What the exercise asks
In the entries that follow, find the line containing "v -1.033 8 -71.239"; from there, copy every line exactly through the line containing "v -6.28 8 -77.424".
------ Data excerpts ------
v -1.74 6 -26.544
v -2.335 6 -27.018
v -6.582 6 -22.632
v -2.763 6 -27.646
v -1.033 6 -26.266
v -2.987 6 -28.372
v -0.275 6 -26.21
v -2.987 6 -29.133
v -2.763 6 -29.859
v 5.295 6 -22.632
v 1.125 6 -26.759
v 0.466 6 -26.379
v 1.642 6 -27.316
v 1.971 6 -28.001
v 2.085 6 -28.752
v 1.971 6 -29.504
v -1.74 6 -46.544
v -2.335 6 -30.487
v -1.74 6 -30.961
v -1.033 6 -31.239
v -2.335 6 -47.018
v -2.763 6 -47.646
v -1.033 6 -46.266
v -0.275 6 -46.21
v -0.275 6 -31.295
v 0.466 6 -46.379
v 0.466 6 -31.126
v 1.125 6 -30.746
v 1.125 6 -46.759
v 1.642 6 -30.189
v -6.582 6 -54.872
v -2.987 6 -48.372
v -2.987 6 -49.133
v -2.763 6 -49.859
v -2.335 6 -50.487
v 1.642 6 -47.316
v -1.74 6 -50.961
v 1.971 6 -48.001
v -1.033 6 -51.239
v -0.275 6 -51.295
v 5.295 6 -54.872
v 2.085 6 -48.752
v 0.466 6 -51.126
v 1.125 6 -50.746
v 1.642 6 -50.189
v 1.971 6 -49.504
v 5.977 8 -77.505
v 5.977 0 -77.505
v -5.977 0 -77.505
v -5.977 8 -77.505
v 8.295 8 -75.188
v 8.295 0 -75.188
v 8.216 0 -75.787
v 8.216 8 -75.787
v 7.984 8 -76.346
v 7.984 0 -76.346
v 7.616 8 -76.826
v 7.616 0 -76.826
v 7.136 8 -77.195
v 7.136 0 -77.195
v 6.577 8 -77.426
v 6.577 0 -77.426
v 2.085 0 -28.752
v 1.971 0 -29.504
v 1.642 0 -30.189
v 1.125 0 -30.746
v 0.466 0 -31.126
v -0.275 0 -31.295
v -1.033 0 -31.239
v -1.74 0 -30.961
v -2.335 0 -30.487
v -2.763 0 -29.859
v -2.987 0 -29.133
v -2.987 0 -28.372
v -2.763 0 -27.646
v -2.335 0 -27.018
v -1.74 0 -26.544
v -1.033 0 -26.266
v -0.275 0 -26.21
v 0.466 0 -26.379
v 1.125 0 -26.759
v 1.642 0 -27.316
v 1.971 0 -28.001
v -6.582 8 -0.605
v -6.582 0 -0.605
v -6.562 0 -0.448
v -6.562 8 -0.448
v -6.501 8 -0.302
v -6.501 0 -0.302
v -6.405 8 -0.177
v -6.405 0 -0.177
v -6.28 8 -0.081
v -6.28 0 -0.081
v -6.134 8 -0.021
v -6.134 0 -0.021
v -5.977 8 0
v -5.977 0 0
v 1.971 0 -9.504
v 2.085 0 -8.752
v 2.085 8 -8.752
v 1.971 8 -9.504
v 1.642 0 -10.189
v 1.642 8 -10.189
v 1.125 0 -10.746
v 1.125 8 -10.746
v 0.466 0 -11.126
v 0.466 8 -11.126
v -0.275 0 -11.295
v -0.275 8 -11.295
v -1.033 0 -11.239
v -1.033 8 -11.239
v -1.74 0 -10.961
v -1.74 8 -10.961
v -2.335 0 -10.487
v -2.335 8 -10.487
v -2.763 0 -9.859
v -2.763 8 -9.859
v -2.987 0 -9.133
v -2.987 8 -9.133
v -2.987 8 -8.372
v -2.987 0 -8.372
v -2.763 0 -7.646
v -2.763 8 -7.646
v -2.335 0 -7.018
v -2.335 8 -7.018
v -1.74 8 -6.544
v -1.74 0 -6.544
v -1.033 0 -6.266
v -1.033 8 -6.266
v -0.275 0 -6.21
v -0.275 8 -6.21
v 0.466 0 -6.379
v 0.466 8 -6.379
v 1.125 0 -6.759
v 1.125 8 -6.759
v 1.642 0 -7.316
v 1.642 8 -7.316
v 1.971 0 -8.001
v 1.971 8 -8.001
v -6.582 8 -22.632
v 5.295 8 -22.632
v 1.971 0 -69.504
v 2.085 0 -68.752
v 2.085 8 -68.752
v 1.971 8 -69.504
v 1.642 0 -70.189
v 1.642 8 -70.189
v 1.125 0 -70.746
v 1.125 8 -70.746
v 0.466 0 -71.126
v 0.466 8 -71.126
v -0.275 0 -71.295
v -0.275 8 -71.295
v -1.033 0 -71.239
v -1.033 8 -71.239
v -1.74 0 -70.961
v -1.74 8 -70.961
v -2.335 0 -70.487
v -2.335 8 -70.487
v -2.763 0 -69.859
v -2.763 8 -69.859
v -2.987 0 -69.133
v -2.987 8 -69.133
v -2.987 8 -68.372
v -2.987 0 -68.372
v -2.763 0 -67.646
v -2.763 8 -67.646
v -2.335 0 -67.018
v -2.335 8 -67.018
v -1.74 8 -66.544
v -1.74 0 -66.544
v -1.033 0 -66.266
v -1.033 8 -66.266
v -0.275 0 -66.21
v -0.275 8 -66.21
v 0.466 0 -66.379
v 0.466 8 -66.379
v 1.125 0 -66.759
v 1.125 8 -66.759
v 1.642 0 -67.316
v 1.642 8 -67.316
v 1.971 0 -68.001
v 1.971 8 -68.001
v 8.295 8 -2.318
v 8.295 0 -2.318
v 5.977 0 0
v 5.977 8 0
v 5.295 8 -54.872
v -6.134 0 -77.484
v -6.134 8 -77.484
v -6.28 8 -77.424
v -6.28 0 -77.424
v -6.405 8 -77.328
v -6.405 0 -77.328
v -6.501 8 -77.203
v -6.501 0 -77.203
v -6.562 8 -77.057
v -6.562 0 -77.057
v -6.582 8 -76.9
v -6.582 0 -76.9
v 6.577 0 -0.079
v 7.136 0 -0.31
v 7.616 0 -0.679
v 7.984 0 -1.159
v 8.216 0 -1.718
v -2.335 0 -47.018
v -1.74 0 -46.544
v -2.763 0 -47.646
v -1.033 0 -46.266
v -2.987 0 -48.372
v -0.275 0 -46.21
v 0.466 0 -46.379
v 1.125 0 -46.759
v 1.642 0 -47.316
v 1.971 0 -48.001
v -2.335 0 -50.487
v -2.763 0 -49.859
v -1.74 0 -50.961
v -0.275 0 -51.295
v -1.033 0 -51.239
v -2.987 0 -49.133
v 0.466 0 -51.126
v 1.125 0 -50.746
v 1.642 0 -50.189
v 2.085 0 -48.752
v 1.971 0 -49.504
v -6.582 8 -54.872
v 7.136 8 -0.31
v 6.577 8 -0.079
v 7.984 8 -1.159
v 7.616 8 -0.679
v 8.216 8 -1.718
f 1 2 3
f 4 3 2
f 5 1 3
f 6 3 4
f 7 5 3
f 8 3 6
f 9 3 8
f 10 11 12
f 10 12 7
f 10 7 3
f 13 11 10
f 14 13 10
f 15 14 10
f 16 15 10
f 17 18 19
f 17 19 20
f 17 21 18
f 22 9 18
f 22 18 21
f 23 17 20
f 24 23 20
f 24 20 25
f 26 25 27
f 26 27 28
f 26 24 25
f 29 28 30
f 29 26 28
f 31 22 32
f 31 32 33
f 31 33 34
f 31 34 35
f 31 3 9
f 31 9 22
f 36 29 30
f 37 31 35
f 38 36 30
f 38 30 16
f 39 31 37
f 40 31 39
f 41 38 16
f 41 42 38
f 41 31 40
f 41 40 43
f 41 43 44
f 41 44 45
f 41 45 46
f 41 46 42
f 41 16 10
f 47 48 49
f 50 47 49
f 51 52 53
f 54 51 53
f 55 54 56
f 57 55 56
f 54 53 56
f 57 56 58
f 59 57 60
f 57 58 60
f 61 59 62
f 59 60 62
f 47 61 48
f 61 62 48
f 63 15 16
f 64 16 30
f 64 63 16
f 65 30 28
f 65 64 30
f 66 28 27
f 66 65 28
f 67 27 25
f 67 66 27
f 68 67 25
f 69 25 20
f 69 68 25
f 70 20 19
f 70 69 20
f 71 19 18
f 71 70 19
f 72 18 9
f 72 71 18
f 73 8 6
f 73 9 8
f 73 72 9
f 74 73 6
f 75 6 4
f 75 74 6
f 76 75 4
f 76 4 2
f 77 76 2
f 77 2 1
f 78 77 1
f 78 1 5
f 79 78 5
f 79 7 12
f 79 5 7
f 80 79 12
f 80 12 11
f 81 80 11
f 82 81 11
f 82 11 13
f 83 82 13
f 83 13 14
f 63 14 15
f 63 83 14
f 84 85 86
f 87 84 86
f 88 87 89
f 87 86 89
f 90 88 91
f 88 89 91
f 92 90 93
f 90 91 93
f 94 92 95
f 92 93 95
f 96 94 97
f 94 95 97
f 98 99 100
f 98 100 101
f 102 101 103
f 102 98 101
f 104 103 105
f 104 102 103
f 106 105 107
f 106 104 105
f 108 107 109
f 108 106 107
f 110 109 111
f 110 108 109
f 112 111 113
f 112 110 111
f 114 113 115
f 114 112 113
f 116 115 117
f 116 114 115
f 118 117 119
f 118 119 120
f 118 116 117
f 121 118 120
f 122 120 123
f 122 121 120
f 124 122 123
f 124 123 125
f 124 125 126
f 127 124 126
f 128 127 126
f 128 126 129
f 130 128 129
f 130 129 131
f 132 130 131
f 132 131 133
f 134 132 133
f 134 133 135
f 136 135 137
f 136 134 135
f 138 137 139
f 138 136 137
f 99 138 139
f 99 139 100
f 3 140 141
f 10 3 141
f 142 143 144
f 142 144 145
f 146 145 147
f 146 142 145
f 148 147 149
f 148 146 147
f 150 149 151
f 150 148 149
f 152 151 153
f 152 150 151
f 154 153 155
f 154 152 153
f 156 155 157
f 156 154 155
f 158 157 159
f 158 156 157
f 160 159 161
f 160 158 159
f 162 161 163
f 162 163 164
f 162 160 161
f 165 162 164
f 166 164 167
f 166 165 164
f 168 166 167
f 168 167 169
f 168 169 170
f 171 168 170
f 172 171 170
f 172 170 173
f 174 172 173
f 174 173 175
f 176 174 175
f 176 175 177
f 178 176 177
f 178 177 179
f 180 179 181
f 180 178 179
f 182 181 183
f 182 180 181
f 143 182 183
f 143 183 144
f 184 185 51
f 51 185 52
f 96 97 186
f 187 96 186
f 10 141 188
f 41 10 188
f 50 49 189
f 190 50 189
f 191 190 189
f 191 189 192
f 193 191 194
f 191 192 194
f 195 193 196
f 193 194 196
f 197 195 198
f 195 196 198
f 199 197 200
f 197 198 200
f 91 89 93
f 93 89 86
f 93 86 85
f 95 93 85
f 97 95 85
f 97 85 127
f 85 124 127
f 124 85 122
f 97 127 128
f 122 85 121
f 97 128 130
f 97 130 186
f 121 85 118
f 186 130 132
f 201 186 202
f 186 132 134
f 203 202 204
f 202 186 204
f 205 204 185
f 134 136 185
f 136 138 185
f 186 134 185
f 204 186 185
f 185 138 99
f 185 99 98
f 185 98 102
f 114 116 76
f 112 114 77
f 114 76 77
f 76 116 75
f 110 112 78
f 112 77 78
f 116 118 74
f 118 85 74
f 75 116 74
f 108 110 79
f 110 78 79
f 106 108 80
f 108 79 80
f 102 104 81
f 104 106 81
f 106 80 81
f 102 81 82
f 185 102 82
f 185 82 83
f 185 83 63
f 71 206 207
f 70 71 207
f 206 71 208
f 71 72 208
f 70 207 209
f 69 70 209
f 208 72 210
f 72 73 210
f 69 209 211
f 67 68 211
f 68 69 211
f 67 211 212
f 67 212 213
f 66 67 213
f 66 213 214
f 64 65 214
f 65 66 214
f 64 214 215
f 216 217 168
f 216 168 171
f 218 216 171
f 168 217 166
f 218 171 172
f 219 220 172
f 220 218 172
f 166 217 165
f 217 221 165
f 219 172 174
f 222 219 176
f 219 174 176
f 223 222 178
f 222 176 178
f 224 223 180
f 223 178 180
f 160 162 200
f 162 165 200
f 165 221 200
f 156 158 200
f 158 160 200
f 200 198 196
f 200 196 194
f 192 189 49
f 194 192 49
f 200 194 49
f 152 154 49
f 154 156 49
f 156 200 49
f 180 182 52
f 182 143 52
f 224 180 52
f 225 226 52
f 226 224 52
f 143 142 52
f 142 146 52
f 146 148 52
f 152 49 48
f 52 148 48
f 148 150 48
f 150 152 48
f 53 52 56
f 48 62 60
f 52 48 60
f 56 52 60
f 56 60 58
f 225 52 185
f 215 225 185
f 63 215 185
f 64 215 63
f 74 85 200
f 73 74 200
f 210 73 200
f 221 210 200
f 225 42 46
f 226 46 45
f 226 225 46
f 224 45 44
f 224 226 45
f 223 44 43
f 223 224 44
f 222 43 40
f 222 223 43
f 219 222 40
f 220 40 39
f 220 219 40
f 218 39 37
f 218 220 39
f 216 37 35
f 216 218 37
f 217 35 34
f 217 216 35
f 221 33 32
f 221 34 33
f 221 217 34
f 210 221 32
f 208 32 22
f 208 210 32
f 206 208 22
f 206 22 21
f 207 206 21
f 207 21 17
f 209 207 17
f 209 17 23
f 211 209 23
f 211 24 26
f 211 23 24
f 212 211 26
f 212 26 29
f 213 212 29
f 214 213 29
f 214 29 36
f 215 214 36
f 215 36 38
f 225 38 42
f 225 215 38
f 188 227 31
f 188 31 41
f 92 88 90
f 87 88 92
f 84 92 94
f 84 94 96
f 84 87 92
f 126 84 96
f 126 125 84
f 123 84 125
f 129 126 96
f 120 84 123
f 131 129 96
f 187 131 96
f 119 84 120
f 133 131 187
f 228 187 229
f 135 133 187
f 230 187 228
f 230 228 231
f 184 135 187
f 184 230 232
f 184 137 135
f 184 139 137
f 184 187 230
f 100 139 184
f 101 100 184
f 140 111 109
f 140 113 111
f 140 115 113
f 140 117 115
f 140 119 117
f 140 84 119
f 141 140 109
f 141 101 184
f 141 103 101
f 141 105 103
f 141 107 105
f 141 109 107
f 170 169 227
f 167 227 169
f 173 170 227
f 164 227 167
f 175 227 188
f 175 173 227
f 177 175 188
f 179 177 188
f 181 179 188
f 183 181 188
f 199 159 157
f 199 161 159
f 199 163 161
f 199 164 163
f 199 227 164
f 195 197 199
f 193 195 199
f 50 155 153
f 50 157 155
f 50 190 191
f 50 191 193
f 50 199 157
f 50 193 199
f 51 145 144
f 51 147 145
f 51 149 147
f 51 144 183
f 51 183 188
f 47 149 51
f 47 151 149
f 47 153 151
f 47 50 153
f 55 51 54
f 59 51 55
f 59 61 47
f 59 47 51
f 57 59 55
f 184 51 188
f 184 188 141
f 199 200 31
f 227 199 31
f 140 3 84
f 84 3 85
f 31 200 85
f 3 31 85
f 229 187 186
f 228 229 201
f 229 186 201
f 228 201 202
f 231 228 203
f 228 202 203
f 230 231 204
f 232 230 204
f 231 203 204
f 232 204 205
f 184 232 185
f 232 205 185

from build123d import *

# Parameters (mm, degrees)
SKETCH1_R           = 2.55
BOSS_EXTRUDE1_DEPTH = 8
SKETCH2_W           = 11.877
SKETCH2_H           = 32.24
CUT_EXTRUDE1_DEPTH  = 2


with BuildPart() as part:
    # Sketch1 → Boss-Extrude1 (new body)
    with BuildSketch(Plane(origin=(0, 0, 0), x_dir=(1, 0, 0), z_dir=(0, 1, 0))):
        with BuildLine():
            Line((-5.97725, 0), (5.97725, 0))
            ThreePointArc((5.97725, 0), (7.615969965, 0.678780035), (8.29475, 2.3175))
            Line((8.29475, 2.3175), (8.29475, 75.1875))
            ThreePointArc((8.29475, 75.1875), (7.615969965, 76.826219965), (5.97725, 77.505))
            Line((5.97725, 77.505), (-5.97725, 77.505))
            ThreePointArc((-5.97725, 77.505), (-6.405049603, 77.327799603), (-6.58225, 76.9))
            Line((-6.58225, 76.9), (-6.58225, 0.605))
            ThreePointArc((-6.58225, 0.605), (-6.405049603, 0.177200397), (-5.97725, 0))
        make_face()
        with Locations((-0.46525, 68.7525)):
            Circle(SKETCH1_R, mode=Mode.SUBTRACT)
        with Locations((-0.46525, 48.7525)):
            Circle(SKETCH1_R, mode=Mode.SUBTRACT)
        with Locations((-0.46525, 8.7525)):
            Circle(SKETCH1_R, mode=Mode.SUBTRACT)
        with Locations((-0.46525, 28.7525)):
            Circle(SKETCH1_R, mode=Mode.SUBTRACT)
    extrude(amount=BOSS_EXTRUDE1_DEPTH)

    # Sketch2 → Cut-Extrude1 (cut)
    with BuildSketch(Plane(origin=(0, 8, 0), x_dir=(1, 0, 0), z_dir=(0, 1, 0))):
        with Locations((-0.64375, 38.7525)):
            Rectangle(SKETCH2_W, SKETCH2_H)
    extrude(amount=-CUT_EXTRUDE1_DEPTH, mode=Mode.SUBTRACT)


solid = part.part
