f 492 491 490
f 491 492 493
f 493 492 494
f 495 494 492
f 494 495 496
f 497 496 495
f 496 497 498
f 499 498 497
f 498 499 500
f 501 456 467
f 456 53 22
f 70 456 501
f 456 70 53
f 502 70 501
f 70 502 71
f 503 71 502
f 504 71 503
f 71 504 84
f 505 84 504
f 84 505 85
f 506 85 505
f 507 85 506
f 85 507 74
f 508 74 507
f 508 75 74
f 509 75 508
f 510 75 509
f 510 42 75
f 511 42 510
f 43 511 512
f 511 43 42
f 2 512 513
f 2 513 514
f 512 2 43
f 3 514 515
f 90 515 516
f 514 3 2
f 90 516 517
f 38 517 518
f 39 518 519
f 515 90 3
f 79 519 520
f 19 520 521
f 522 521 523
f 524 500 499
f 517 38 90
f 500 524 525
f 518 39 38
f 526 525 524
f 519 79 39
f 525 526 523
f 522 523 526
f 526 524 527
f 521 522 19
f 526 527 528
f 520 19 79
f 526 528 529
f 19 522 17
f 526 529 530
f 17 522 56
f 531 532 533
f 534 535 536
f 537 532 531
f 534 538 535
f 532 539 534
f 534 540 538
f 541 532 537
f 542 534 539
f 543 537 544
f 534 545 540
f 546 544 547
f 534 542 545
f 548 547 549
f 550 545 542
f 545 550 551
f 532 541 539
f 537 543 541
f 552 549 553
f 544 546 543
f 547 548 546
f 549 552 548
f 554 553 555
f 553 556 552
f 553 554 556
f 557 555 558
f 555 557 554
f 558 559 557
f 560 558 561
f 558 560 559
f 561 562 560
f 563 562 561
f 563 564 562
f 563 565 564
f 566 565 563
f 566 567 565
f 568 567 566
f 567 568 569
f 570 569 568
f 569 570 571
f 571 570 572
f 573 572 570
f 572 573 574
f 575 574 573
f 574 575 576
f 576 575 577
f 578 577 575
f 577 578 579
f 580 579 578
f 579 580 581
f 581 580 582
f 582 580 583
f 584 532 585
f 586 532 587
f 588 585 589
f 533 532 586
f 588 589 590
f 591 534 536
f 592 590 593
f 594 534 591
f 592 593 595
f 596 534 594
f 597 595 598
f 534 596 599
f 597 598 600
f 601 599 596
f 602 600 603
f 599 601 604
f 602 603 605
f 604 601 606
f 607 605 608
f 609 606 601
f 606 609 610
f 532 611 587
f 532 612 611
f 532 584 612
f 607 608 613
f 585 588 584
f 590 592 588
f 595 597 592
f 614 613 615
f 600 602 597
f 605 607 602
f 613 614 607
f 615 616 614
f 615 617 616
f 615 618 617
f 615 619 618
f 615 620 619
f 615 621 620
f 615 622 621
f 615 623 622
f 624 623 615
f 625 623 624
------
Your response
v -1.033 8 -71.239
v -1.74 0 -70.961
v -1.74 8 -70.961
v -2.335 0 -70.487
v -2.335 8 -70.487
v -2.763 0 -69.859
v -2.763 8 -69.859
v -2.987 0 -69.133
v -2.987 8 -69.133
v -2.987 8 -68.372
v -2.987 0 -68.372
v -2.763 0 -67.646
v -2.763 8 -67.646
v -2.335 0 -67.018
v -2.335 8 -67.018
v -1.74 8 -66.544
v -1.74 0 -66.544
v -1.033 0 -66.266
v -1.033 8 -66.266
v -0.275 0 -66.21
v -0.275 8 -66.21
v 0.466 0 -66.379
v 0.466 8 -66.379
v 1.125 0 -66.759
v 1.125 8 -66.759
v 1.642 0 -67.316
v 1.642 8 -67.316
v 1.971 0 -68.001
v 1.971 8 -68.001
v 8.295 8 -2.318
v 8.295 0 -2.318
v 5.977 0 0
v 5.977 8 0
v 5.295 8 -54.872
v -6.134 0 -77.484
v -6.134 8 -77.484
v -6.28 8 -77.424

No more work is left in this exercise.